On training and trialing, for me, the primary situation where the side dog is on makes a big difference in dog behavior is angle entry water blinds. Sent from the side with the water my dogs tend to get in fatter. Sent from the side away from the water they tend to get in thinner. I have probably trained that inadvertently and could get the desired results from a one-sided dog. 

On marking tests, if the dog is really interested in a particular bird, I can push it by stepping up easier than pulling it by stepping back. Especially when the dog must swing through the flyer station to another bird before the flyer is shot. ie; the birds go down left, right, middle flyer. I put the dog on the side that gives me the best chance of moving it through the marks as they fall regardless of the direction the bird is thrown. I have not been able to discern a difference in dog behavior or performance sending for subsequent birds except maybe holding a hillside or getting in thinner/fatter on a long entry.


In training I always put the dog on the side corresponding to which direction the go bird is thrown. As I write this I am not sure why since I should be working on strengthening our weakness in moving smoothly through the sequence of falls regardless of which side the dog is on.

Sometimes, if the dog just does not get the picture, will not listen, or cannot focus, switching to the other side helps get their head back in it.


----------



## KwickLabs (Jan 3, 2003)

For years I've read the almost annual debate about two-sided (or not). At first it was rather intimidating to read experts say things like it is not necessary and supported by very specific, logical opinions. How could a new trainer consider ignoring the advice of someone that is more successful than I would ever be? Then again the number of exceptional trainers that use two-side techniques entered the discussions. 

The task became what should I do? Picking is more of a function of perspectives and who you are. 

I suppose the one factor that had me picking two-sided was I had golfed right handed for years. Then I fell on some steps, hit my right rib cage toward the back and although it healed, swinging right handed was extremely painful.

In desperation (being a golf nut), I tried to swing left handed. Surprisingly, there was no pain. At first, becoming a lefty was very difficult. After a few months, it was easier......mostly because I had no bad habits in my new swing. Since my big banana slice was no longer an issue, there was a built in incentive. My putting was still right handed and all went well. All this is meant to suggest that decisions are usually made by what you are comfortable with. Training a puppy to heel on both sides would be simple (in comparison). 

On the other side of the coin, many are driven by the KISS principle. One-sided seems simpler which makes for a comfortable justification. Once the choice is made the normal progression is to use the supporting rationale.

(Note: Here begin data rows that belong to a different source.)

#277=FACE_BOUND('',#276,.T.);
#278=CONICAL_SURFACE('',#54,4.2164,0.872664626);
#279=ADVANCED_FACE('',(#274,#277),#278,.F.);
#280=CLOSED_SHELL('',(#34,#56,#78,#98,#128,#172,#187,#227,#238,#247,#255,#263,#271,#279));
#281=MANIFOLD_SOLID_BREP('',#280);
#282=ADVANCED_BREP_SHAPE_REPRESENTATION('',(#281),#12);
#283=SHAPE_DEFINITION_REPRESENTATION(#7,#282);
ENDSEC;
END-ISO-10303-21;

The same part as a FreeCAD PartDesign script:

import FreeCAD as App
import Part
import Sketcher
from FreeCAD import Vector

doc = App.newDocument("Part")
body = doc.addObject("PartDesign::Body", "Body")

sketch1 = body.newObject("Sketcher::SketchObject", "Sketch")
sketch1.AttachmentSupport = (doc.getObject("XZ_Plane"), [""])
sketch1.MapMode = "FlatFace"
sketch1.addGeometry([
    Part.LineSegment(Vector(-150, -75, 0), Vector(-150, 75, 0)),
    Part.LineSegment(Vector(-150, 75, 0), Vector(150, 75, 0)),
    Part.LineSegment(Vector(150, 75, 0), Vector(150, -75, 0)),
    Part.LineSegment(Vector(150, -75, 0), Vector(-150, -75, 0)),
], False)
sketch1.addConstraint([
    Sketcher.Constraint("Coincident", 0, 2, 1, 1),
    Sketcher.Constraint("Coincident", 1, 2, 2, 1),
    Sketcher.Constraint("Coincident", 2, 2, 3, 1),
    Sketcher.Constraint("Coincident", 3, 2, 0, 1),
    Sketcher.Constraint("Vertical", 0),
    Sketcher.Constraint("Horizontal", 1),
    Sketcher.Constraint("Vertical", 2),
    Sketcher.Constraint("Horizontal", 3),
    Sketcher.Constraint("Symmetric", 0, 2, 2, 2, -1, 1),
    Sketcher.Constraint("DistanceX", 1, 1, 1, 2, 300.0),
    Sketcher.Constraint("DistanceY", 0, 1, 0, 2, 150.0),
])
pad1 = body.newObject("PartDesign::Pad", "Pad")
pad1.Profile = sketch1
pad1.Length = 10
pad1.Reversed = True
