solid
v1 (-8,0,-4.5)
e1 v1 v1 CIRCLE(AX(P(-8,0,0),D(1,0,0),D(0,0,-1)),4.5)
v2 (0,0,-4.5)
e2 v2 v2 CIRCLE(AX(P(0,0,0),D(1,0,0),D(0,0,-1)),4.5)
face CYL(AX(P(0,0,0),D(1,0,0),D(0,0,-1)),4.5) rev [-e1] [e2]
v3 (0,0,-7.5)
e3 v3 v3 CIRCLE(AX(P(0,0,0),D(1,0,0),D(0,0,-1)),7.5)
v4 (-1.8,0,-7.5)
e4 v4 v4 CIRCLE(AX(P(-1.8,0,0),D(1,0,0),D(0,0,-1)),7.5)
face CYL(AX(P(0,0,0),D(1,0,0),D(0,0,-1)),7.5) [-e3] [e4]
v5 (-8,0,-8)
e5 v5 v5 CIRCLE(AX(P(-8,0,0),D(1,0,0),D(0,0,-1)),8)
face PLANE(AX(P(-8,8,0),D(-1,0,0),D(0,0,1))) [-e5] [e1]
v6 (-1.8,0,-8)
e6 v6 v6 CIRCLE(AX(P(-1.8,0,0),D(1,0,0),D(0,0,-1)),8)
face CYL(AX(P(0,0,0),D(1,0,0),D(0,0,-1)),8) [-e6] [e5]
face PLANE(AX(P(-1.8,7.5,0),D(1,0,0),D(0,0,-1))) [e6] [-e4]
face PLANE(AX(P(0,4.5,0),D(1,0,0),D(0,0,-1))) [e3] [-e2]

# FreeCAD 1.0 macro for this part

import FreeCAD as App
import Part
import Sketcher

V = App.Vector
Q = App.Units.Quantity

doc = App.newDocument("Part")
body = doc.addObject("PartDesign::Body", "Body")

# Sketch on XY plane
sketch1 = doc.addObject("Sketcher::SketchObject", "Sketch")
body.addObject(sketch1)
sketch1.AttachmentSupport = (doc.XY_Plane, [""])
sketch1.MapMode = "FlatFace"
sketch1.addGeometry(Part.LineSegment(V(0, 4.5, 0), V(0, 7.5, 0)), False)
sketch1.addGeometry(Part.LineSegment(V(0, 7.5, 0), V(-1.8, 7.5, 0)), False)
sketch1.addGeometry(Part.LineSegment(V(-1.8, 7.5, 0), V(-1.8, 8, 0)), False)
sketch1.addGeometry(Part.LineSegment(V(-1.8, 8, 0), V(-8, 8, 0)), False)
sketch1.addGeometry(Part.LineSegment(V(-8, 8, 0), V(-8, 4.5, 0)), False)
sketch1.addGeometry(Part.LineSegment(V(-8, 4.5, 0), V(0, 4.5, 0)), False)
sketch1.addConstraint(Sketcher.Constraint("Coincident", 0, 2, 1, 1))
sketch1.addConstraint(Sketcher.Constraint("Coincident", 1, 2, 2, 1))
sketch1.addConstraint(Sketcher.Constraint("Coincident", 2, 2, 3, 1))
sketch1.addConstraint(Sketcher.Constraint("Coincident", 3, 2, 4, 1))
sketch1.addConstraint(Sketcher.Constraint("Coincident", 4, 2, 5, 1))
sketch1.addConstraint(Sketcher.Constraint("Coincident", 5, 2, 0, 1))
sketch1.addConstraint(Sketcher.Constraint("Vertical", 0))
sketch1.addConstraint(Sketcher.Constraint("Horizontal", 1))
sketch1.addConstraint(Sketcher.Constraint("Vertical", 2))
sketch1.addConstraint(Sketcher.Constraint("Horizontal", 3))
sketch1.addConstraint(Sketcher.Constraint("Vertical", 4))
sketch1.addConstraint(Sketcher.Constraint("Horizontal", 5))
sketch1.addConstraint(Sketcher.Constraint("PointOnObject", 0, 2, -2))
sketch1.addConstraint(Sketcher.Constraint("DistanceX", 5, 1, 5, 2, Q("8 mm")))
sketch1.addConstraint(Sketcher.Constraint("DistanceY", 0, 1, 0, 2, Q("3 mm")))
sketch1.addConstraint(Sketcher.Constraint("DistanceX", 1, 2, 1, 1, Q("1.8 mm")))
sketch1.addConstraint(Sketcher.Constraint("DistanceY", 2, 1, 2, 2, Q("0.5 mm")))
sketch1.addConstraint(Sketcher.Constraint("DistanceY", -1, 1, 2, 2, Q("8 mm")))
revolution = doc.addObject("PartDesign::Revolution", "Revolution")
body.addObject(revolution)
revolution.Profile = sketch1
revolution.ReferenceAxis = (sketch1, ["H_Axis"])
revolution.Angle = 360

doc.recompute()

I am comfortable with mine. 

I've read all the reasons why two sided is "good". One that I have not read (see edit below) has become a valuable application with one of my dogs. Kooly is just too intense at the line to the point of being vocal. In the moment, he can be extremely unresponsive. "Here"/"heal" (to the other side) and even maybe running a blind before he picks up the mark allows me to get back into his head. It can increase a dog's responsiveness. 

edit: Just before posting I read Sabireley's post.


----------



## kennel maiden (Jun 11, 2012)

crackerd said:


> By the way, there will be at least one exception back in Blighty - working with him now on conversion of the single-sided dog he's brought over (and presumably will bring back home - if the e-collar training doesn't debilitate or contaminate it first:wink. Funny thing is, the dog hasn't fought it (two-sided heeling) - the handler has.
> 
> MG



Yes, I'm sure the dog doesn't give too hoots. The boring old staid judges/fellow competitors will frown at him if he tries to trial it over here though! LOL


----------



## Jerry S. (May 18, 2009)

Jacob Hawkes said:


> I keep reading about pushing with 2 sided dogs. Never does anybody say a thing about pulling them & I have heard that 2 sided dogs just don't pull.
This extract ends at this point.